Итак, дорогая Матаджи, преданная Кришны, Ваш вопрос это описание кризиса. Кризис – это Кришна! Что это значит? Вы обращаетесь к Кришне, повторяете Его Имена, привлекаетесь Им, стараетесь служить Ему и Он обращает на Вас внимание и начинает заботиться о Вас Как? Он СОЗДАЕТ ВАМ КРИЗИС! Зачем? Он хочет Вашего дальнейшего развития. Да, Вы должны не стоять на духовном пути, а идти к Кришне! Поэтому Кришна посылает Вам те обстоятельства и тех людей, которые Вам и нужны сейчас для Вашего развития! Понимаете? Родные Ваши, непонимание с ними, “сектанство” – это не препятствия для Вас, это возможности для Вас меняться к лучшему, становиться другой, по – настоящему развиваться!
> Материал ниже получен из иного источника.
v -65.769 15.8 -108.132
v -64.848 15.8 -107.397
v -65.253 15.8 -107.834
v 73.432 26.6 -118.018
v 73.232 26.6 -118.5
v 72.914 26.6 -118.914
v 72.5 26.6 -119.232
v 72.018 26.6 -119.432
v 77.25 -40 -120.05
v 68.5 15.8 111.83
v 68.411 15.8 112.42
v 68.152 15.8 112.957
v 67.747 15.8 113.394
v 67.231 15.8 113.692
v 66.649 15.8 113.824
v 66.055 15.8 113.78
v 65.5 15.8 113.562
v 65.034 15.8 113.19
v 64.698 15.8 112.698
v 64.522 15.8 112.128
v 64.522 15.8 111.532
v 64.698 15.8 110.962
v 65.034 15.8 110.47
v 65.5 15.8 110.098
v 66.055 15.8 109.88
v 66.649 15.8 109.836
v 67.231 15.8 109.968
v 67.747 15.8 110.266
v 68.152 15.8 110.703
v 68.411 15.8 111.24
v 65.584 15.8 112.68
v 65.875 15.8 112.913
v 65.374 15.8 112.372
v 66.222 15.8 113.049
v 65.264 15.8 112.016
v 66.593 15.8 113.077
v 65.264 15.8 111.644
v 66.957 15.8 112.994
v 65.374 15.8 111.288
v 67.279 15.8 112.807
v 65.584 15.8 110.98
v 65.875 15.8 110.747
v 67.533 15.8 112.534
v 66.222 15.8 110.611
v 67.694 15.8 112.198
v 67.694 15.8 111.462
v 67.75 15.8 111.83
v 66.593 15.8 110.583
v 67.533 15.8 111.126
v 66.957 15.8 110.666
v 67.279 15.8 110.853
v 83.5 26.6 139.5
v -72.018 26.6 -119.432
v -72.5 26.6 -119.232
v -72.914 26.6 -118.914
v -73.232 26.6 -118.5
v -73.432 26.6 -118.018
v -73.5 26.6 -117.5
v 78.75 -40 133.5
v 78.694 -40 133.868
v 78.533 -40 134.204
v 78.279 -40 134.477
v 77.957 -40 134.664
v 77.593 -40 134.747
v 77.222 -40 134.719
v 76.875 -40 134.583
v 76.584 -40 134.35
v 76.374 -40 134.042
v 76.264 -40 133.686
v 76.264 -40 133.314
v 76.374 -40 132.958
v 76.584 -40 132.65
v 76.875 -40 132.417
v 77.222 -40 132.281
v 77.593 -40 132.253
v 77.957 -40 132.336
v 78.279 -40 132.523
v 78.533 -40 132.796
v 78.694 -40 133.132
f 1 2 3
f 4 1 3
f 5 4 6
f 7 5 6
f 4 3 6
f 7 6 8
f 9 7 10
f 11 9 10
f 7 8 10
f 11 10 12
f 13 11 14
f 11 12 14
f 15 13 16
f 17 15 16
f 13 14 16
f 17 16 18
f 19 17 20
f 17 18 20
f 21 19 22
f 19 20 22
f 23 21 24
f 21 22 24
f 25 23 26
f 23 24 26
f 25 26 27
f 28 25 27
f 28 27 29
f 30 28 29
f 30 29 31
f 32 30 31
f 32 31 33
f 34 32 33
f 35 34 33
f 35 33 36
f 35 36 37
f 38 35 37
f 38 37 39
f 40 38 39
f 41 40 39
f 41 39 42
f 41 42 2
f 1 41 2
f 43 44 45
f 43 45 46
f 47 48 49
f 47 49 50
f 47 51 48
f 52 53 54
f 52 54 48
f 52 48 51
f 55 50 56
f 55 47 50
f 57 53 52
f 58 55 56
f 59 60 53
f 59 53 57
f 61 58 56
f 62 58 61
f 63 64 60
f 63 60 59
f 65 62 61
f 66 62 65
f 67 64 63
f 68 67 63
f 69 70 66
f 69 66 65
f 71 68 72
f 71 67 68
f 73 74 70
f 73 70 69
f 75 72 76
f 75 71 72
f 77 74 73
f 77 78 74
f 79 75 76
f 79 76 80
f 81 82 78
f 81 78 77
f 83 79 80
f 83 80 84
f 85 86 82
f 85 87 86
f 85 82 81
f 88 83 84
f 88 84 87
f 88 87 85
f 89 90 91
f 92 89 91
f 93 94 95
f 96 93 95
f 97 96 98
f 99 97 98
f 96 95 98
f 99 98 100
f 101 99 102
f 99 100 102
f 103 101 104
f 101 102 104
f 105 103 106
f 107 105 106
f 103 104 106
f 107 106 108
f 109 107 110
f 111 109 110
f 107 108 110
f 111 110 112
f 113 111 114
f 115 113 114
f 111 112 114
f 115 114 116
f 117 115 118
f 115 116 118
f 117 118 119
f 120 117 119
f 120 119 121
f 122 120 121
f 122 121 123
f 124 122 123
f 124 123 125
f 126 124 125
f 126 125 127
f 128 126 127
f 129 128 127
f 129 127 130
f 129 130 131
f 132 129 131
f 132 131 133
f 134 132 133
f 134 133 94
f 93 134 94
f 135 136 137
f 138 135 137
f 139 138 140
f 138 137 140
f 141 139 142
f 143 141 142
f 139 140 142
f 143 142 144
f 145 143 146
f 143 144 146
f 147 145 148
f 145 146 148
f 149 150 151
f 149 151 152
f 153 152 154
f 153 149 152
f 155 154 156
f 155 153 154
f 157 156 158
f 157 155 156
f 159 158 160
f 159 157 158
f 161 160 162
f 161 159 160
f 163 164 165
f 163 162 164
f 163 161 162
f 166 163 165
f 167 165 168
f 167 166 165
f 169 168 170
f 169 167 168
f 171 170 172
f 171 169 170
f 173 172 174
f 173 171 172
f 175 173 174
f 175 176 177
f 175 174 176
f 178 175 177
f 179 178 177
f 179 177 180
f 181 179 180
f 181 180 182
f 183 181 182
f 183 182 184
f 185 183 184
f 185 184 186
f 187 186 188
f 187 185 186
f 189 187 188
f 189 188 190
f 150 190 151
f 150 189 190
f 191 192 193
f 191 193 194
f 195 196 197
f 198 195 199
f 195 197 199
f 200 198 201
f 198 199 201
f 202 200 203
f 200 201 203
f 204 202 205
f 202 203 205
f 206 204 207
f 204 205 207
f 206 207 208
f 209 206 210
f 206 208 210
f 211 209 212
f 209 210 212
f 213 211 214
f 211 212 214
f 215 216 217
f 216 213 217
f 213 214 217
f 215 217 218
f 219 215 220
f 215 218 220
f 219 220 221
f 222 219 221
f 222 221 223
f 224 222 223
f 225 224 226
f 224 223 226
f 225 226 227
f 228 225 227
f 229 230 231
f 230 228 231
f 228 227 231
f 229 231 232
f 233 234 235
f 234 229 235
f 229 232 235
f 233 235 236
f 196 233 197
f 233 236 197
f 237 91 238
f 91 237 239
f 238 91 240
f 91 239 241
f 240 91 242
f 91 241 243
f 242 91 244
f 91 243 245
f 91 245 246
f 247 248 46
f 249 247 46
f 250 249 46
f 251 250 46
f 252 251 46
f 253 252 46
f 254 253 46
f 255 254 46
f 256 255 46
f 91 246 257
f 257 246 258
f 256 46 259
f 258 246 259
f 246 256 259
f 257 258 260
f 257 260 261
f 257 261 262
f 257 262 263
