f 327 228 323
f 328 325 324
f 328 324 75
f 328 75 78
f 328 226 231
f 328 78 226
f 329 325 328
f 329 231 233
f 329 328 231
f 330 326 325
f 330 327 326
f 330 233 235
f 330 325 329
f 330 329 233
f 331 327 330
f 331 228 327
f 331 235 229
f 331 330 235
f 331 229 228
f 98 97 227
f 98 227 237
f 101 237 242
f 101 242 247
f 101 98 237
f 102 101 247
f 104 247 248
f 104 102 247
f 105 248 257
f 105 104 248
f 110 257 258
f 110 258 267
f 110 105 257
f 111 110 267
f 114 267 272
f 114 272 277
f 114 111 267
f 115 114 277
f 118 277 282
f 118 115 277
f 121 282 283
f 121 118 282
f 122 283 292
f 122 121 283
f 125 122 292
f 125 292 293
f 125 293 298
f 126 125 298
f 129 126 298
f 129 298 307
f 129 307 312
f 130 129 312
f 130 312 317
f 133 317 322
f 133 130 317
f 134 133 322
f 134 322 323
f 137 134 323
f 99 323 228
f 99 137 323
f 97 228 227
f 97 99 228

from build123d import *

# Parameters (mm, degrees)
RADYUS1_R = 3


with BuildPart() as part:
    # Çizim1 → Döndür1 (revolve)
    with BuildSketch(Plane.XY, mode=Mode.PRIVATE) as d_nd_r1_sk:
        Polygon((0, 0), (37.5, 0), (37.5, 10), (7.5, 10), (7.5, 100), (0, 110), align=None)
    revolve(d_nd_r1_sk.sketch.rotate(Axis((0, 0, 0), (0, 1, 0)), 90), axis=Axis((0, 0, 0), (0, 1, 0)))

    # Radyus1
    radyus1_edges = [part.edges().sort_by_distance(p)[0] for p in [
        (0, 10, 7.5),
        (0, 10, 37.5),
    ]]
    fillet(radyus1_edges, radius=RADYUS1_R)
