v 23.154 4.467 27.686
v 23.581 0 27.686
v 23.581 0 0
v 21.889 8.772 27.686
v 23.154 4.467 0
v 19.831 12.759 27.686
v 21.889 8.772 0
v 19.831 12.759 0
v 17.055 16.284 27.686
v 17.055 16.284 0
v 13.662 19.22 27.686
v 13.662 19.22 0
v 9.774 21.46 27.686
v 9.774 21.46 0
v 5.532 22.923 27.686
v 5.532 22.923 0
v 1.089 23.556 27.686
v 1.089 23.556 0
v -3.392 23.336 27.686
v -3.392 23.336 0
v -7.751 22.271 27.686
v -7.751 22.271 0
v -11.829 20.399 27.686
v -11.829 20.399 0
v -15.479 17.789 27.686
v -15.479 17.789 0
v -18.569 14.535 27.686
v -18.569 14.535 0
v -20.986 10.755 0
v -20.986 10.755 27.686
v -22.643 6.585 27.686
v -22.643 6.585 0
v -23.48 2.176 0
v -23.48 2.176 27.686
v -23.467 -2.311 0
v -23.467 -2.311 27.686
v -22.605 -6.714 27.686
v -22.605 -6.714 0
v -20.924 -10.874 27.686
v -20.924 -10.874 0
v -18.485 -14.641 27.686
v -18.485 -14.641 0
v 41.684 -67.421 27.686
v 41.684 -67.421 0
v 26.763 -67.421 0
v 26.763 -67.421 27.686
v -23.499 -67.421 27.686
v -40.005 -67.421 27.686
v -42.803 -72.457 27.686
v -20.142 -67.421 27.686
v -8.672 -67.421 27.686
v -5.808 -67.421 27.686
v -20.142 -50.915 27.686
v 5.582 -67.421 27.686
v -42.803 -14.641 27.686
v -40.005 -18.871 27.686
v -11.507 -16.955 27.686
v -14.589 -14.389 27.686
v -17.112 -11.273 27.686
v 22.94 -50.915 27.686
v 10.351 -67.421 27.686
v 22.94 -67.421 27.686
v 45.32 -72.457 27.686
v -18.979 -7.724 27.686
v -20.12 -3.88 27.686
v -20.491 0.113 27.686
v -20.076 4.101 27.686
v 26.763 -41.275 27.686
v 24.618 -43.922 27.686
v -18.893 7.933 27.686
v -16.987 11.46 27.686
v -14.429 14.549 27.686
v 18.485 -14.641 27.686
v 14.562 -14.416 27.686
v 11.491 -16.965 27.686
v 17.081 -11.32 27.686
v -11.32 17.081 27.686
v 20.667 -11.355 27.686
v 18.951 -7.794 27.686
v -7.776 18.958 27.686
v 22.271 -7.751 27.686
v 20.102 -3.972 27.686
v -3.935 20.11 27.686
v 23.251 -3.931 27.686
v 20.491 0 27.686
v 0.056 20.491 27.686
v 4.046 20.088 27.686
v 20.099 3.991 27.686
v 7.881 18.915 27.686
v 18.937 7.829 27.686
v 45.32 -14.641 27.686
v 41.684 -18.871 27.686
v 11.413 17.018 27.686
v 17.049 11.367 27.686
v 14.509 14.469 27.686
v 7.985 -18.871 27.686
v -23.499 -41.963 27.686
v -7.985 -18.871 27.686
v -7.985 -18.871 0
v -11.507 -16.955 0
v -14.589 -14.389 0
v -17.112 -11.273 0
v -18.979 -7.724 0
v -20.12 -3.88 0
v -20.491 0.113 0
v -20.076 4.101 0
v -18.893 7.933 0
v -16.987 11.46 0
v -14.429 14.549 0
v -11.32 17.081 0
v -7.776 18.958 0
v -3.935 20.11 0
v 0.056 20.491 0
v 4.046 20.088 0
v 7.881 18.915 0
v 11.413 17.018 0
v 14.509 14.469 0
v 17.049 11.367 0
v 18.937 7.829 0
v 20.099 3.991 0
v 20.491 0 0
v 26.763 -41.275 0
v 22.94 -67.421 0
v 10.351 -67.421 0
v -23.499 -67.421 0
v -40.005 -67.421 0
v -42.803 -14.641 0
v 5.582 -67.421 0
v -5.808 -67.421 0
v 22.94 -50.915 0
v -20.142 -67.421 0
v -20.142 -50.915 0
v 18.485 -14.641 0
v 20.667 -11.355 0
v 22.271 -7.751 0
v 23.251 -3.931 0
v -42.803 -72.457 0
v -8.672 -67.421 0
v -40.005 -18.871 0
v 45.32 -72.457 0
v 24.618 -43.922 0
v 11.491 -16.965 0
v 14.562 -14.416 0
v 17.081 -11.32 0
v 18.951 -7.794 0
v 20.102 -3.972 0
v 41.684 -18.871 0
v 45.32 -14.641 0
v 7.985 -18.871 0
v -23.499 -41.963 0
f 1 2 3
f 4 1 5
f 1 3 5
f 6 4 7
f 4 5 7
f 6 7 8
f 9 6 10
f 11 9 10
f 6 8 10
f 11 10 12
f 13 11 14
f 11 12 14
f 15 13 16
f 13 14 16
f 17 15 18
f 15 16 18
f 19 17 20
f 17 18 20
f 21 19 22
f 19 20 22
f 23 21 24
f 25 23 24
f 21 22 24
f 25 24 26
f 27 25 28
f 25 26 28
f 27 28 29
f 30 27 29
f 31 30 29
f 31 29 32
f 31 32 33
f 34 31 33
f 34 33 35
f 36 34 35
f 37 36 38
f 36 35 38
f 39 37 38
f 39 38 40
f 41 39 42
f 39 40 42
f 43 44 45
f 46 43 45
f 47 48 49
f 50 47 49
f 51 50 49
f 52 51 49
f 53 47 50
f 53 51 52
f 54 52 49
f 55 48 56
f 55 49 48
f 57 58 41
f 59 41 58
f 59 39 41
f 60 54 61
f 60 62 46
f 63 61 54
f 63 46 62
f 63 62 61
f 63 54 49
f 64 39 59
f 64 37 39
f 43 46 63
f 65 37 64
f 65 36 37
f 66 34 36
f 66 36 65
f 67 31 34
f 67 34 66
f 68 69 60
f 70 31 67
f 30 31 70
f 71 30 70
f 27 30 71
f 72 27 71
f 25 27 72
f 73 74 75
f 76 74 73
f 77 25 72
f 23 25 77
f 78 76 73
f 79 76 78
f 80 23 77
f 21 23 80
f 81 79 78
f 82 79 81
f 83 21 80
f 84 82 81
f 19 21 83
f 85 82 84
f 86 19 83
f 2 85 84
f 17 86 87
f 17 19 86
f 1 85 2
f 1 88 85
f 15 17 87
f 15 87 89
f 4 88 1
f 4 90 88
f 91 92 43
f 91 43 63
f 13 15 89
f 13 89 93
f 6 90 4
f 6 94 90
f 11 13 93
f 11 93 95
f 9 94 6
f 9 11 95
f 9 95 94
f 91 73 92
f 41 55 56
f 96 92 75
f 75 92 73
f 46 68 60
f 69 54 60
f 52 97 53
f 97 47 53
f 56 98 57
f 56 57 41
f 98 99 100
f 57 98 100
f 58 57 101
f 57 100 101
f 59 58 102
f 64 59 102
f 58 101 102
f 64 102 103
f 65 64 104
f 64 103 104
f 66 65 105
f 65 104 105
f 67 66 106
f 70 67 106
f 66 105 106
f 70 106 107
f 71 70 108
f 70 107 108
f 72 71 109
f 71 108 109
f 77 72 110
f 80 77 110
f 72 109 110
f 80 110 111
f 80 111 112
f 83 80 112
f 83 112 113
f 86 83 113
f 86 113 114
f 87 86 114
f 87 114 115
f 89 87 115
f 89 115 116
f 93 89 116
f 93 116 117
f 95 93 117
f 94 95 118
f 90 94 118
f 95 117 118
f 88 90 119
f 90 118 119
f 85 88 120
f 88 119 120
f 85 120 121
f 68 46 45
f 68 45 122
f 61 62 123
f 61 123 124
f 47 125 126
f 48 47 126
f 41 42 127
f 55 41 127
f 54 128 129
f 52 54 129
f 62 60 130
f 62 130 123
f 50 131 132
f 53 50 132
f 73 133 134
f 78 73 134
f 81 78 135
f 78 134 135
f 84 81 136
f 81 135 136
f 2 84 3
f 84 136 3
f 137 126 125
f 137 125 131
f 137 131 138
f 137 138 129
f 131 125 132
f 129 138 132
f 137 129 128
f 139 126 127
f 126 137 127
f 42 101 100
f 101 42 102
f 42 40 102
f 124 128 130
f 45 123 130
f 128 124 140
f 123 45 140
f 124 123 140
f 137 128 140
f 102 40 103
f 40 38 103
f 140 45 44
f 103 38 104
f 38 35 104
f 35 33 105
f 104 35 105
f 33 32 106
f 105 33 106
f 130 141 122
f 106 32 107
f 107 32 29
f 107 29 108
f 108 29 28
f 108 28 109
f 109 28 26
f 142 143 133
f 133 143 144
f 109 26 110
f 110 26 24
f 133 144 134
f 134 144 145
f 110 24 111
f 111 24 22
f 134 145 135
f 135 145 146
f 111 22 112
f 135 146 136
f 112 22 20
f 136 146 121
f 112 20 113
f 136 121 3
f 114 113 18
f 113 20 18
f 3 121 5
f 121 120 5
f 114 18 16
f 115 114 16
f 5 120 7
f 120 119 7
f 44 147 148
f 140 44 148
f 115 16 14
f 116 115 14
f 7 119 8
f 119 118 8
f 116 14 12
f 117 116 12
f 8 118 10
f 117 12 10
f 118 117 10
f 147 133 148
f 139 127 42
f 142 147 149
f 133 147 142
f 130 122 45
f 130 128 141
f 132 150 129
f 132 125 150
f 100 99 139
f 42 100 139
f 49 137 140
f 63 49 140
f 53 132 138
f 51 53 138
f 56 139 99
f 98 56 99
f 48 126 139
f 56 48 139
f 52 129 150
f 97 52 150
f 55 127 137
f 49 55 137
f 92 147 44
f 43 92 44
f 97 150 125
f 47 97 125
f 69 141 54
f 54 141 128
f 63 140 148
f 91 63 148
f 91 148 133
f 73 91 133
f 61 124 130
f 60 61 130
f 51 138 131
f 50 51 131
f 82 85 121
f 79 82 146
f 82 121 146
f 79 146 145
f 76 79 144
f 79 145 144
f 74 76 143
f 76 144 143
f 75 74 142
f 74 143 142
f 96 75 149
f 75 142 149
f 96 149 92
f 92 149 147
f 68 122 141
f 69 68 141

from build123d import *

# Parameters (mm, degrees)
F1_DEPTH = 27.686


with BuildPart() as f1:
    # F0 (on Top) → F1 (new body)
    with BuildSketch(Plane.XY):
        with BuildLine():
            ThreePointArc((-7.984679, -18.871297), (-11.319605, 17.080618), (20.490997, 0))
            ThreePointArc((20.490997, 0), (17.080618, -11.319605), (7.984679, -18.871297))
            Line((7.984679, -18.871297), (14.139757, -18.871297))
            ThreePointArc((14.139757, -18.871297), (16.449072, -16.896349), (18.485251, -14.640837))
            ThreePointArc((18.485251, -14.640837), (22.270579, -7.751124), (23.580895, 0))
            ThreePointArc((23.580895, 0), (-7.751124, 22.270579), (-18.485251, -14.640837))
            ThreePointArc((-18.485251, -14.640837), (-16.449072, -16.896349), (-14.139757, -18.871297))
            Line((-14.139757, -18.871297), (-7.984679, -18.871297))
        make_face()
        with BuildLine():
            Line((-40.005073, -18.871297), (-14.139757, -18.871297))
            ThreePointArc((-14.139757, -18.871297), (-16.449072, -16.896349), (-18.485251, -14.640837))
            Line((-18.485251, -14.640837), (-42.802565, -14.640837))
            Line((-42.802565, -14.640837), (-42.802565, -72.456613))
            Line((-42.802565, -72.456613), (-23.49944, -72.456613))
            Line((-23.49944, -72.456613), (-23.49944, -67.421012))
            Line((-23.49944, -67.421012), (-40.005073, -67.421012))
            Line((-40.005073, -67.421012), (-40.005073, -18.871297))
        make_face()
        with BuildLine():
            ThreePointArc((18.485251, -14.640837), (16.449072, -16.896349), (14.139757, -18.871297))
            Line((14.139757, -18.871297), (41.683532, -18.871297))
            Line((41.683532, -18.871297), (41.683532, -67.421012))
            Line((41.683532, -67.421012), (26.762667, -67.421012))
            Line((26.762667, -67.421012), (26.762667, -72.456613))
            Line((26.762667, -72.456613), (45.320351, -72.456613))
            Line((45.320351, -72.456613), (45.320351, -14.640837))
            Line((45.320351, -14.640837), (18.485251, -14.640837))
        make_face()
        Polygon((-20.142378, -67.421012), (-23.49944, -67.421012), (-23.49944, -72.456613), (-2.309161, -72.456613), (-5.808478, -67.421012), (-8.672413, -67.421012), align=None)
        Polygon((26.762667, -72.456613), (26.762667, -67.421012), (22.93993, -67.421012), (10.350944, -67.421012), (5.582281, -67.421012), (1.503095, -72.456613), (5.31535, -72.456613), align=None)
        Polygon((-5.808478, -67.421012), (-2.309161, -72.456613), (1.503095, -72.456613), (5.582281, -67.421012), align=None)
        Polygon((22.93993, -67.421012), (26.762667, -67.421012), (26.762667, -41.274629), (24.61846, -43.921571), (5.582281, -67.421012), (10.350944, -67.421012), (22.93993, -50.915454), align=None)
        Polygon((-23.49944, -41.963287), (-23.49944, -67.421012), (-20.142378, -67.421012), (-20.142378, -50.915454), (-8.672413, -67.421012), (-5.808478, -67.421012), align=None)
    extrude(amount=F1_DEPTH)


solid = f1.part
Стать настоящей преданной Бога, и показать другим, что бхакти йога привлекательна, потому, что способна изменять сознание человека к лучшему! Поэтому, Матаджи, ищите и открывайте новые отношения с родными, изменяйте свое отношение к ним, заботьтесь о них и уважайте их такими, как они есть. Обнимайте маму и говорите ей, что Вы ее очень любите, смотрите при этом ей в глаза. Это то, что должно стать естественным в ваших с родителями отношениях, это то, что все изменит. Начните отдавать, свое внимание и нежность  окружающим и Все начнет меняться вокруг Вас. Один из законов Вселенной – это, НАШЕ СОЗНАНИЕ СОЗДАЕТ ОБСТОЯТЕЛЬСТВА ВОКРУГ НАС, запомните это пожалуйста, дорогая. 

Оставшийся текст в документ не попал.